Pour n’en citer que quelques-unes : la mondialisation qui uniformise les cultures et en suffoque les richesses ; le relativisme éthique qui ne sait plus distinguer entre les messages dignes de foi et ceux qui sont superficiels ou destructifs. La vie privée qui est donnée en spectacle et exploite la souffrance et la sphère privée ; le climat exacerbé de compétition des structures productives des moyens de communication ; le poids excessif de l’influence sur le public. Comment utiliser les médias sans être utilisés par eux ?

Un tableau d’ombres et de lumières, disais-je. Les mass médias, aujourd’hui, sont ou reçus de façon enthousiaste ou blâmés en raison de l’amoralité, de la violence, de la superficialité qu’ils diffusent parfois, ou encore surévalués comme d’infaillibles instruments de pouvoir, ce qui en fait de nouvelles idoles d’une humanité qui n’a pas d’autres références.

Nous savons qu’ils ne sont que des moyens, mais nous avons bien l’intention d’en valoriser “l’énorme potentiel insuffisamment utilisé”[3] selon une expression du Pape, et nous voudrions inviter tous les hommes à en faire un bon usage, fidèle au message prophétique qu’ils contiennent.

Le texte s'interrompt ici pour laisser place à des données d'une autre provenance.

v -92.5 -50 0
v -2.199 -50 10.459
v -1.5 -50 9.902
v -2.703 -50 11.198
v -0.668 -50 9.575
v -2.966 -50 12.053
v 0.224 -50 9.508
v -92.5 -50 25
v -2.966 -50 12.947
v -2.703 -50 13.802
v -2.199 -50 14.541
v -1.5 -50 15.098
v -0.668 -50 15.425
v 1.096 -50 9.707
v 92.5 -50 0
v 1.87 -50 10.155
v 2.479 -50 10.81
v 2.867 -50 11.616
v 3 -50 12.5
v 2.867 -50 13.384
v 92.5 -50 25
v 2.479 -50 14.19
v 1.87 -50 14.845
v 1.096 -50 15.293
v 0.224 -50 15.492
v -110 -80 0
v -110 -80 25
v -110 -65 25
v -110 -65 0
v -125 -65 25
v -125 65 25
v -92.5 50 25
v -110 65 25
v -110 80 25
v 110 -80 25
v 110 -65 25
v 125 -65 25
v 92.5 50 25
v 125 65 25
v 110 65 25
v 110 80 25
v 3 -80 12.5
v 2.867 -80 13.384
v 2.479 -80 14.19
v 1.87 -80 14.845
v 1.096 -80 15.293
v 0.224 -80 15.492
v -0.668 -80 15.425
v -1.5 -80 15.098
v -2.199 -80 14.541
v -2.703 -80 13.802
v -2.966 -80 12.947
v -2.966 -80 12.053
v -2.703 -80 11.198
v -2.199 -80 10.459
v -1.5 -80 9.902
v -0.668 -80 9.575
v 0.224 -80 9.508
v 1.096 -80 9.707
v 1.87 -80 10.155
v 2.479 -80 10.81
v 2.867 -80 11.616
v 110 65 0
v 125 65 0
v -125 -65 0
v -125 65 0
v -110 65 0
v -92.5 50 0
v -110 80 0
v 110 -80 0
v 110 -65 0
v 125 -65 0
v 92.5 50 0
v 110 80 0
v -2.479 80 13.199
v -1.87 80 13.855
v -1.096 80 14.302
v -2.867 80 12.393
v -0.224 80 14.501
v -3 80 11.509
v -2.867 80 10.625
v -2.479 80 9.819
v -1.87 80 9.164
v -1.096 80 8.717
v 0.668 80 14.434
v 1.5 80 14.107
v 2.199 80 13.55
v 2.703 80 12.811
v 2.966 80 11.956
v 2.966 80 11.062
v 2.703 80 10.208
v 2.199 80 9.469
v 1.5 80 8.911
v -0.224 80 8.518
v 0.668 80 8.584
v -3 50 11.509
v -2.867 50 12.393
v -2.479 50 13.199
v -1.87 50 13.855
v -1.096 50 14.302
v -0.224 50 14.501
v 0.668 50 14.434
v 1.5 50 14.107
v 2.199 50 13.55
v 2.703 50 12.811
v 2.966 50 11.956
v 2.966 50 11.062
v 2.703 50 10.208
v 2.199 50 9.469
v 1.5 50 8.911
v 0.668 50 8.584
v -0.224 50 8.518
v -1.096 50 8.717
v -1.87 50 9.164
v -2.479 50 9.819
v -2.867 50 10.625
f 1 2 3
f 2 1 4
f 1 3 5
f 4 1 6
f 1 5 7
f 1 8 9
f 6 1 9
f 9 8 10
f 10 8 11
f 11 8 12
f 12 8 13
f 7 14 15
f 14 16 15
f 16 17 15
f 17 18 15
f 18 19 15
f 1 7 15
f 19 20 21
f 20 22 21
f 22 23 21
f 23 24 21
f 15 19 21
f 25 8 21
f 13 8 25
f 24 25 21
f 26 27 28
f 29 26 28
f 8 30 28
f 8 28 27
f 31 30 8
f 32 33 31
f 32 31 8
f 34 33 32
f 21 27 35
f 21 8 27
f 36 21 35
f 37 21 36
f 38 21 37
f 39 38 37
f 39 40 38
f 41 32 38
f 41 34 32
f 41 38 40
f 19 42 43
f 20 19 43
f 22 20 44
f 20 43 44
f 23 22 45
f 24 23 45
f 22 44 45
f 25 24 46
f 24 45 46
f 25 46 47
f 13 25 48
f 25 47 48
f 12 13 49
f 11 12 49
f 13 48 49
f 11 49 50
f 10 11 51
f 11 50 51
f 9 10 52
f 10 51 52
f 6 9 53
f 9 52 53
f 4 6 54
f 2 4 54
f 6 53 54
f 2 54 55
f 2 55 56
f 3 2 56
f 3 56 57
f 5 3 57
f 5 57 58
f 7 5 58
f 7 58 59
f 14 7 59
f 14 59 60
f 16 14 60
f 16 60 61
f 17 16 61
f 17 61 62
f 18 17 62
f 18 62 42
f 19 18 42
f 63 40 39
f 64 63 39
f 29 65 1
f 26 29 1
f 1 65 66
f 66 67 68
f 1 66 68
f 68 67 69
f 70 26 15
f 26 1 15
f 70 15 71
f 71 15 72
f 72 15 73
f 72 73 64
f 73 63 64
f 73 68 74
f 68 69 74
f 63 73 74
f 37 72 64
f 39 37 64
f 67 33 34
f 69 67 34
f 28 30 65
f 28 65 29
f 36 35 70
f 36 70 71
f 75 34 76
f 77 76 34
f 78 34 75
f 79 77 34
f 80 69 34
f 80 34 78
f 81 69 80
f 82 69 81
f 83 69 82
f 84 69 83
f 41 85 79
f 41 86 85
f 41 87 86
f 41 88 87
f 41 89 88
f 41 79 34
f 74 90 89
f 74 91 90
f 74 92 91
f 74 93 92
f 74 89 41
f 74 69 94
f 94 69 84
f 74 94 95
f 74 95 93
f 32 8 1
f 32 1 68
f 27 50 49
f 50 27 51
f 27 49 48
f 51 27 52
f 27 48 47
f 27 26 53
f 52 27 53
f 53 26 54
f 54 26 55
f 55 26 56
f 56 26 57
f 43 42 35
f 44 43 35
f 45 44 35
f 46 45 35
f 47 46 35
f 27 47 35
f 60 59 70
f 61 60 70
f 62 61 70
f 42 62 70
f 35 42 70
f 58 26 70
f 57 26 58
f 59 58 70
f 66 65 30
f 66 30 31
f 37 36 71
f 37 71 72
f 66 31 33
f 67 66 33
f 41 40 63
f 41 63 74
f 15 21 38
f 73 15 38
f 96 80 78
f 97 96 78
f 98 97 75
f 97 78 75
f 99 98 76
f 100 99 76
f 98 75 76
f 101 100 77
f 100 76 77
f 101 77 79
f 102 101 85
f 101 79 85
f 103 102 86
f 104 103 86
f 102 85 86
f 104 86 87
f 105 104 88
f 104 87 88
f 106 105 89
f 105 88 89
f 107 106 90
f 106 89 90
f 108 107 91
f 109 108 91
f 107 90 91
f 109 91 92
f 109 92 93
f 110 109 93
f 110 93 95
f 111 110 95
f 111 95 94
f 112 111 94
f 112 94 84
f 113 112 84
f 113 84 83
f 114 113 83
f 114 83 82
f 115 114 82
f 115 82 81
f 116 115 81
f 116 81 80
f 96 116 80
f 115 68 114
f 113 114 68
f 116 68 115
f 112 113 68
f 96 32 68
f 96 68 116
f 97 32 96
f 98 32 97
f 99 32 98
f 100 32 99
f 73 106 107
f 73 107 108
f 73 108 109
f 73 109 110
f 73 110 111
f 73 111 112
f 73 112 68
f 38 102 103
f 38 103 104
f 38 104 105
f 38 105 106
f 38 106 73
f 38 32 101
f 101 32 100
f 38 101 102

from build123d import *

# Parameters (mm, degrees)
F0_W     = 250
F0_H     = 160
F1_DEPTH = 25
F2_W     = 15
F2_H     = 15
F3_DEPTH = 25
F4_W     = 185
F4_H     = 100
F5_DEPTH = 25
F6_R     = 3
F7_DEPTH = 40
F8_R     = 3
F9_DEPTH = 40


with BuildPart() as f1:
    # F0 (on Top) → F1 (new body)
    with BuildSketch(Plane.XY):
        Rectangle(F0_W, F0_H)
    extrude(amount=F1_DEPTH)

    # F2 (on face) → F3 (cut)
    with BuildSketch(Plane.XY.offset(25)):
        with Locations((-117.5, 72.5)):
            Rectangle(F2_W, F2_H)
        with Locations((117.5, 72.5)):
            Rectangle(F2_W, F2_H)
        with Locations((117.5, -72.5)):
            Rectangle(F2_W, F2_H)
        with Locations((-117.5, -72.5)):
            Rectangle(F2_W, F2_H)
    extrude(amount=-F3_DEPTH, mode=Mode.SUBTRACT)

    # F4 (on face) → F5 (cut)
    with BuildSketch(Plane.XY.offset(25)):
        Rectangle(F4_W, F4_H)
    extrude(amount=-F5_DEPTH, mode=Mode.SUBTRACT)

    # F6 (on face) → F7 (cut)
    with BuildSketch(Plane.XZ.offset(80)):
        with Locations((0, 12.5)):
            Circle(F6_R)
    extrude(amount=-F7_DEPTH, mode=Mode.SUBTRACT)

    # F8 (on face) → F9 (cut)
    with BuildSketch(Plane(origin=(0, 80, 0), x_dir=(-1, 0, 0), z_dir=(0, 1, 0))):
        with Locations((0, 11.509229)):
            Circle(F8_R)
    extrude(amount=-F9_DEPTH, mode=Mode.SUBTRACT)


solid = f1.part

Ce message est “unité”. À ce point, je voudrais exprimer à Dieu toute ma reconnaissance, car il n’est pas absent des découvertes modernes et des nouvelles technologies, je voudrais le remercier pour la façon dont il conduit l’Histoire.

Au moment où l’humanité semble errer dans l’obscurité après l’écroulement de fortes idéologies et l’éclipse de nombreuses valeurs, mais aussi au moment où les hommes et les femmes recherchent un monde plus uni et réclament la fraternité universelle, c’est justement à cette époque, nous avons entre nos mains ces puissants moyens de communication : un signe des temps qui dit : unité. Ne peut-on pas voir en tout cela le doigt de Dieu ?


[1] Jn 17, 21.

[2] Mt 18,20.

[3] Jean-Paul II à un groupe d’évêques polonais en visite ad limina le 14 février 1998, in L’Osservatore Romano, édition hebdomadaire en langue française, n. 1998/12, 24.03.1998.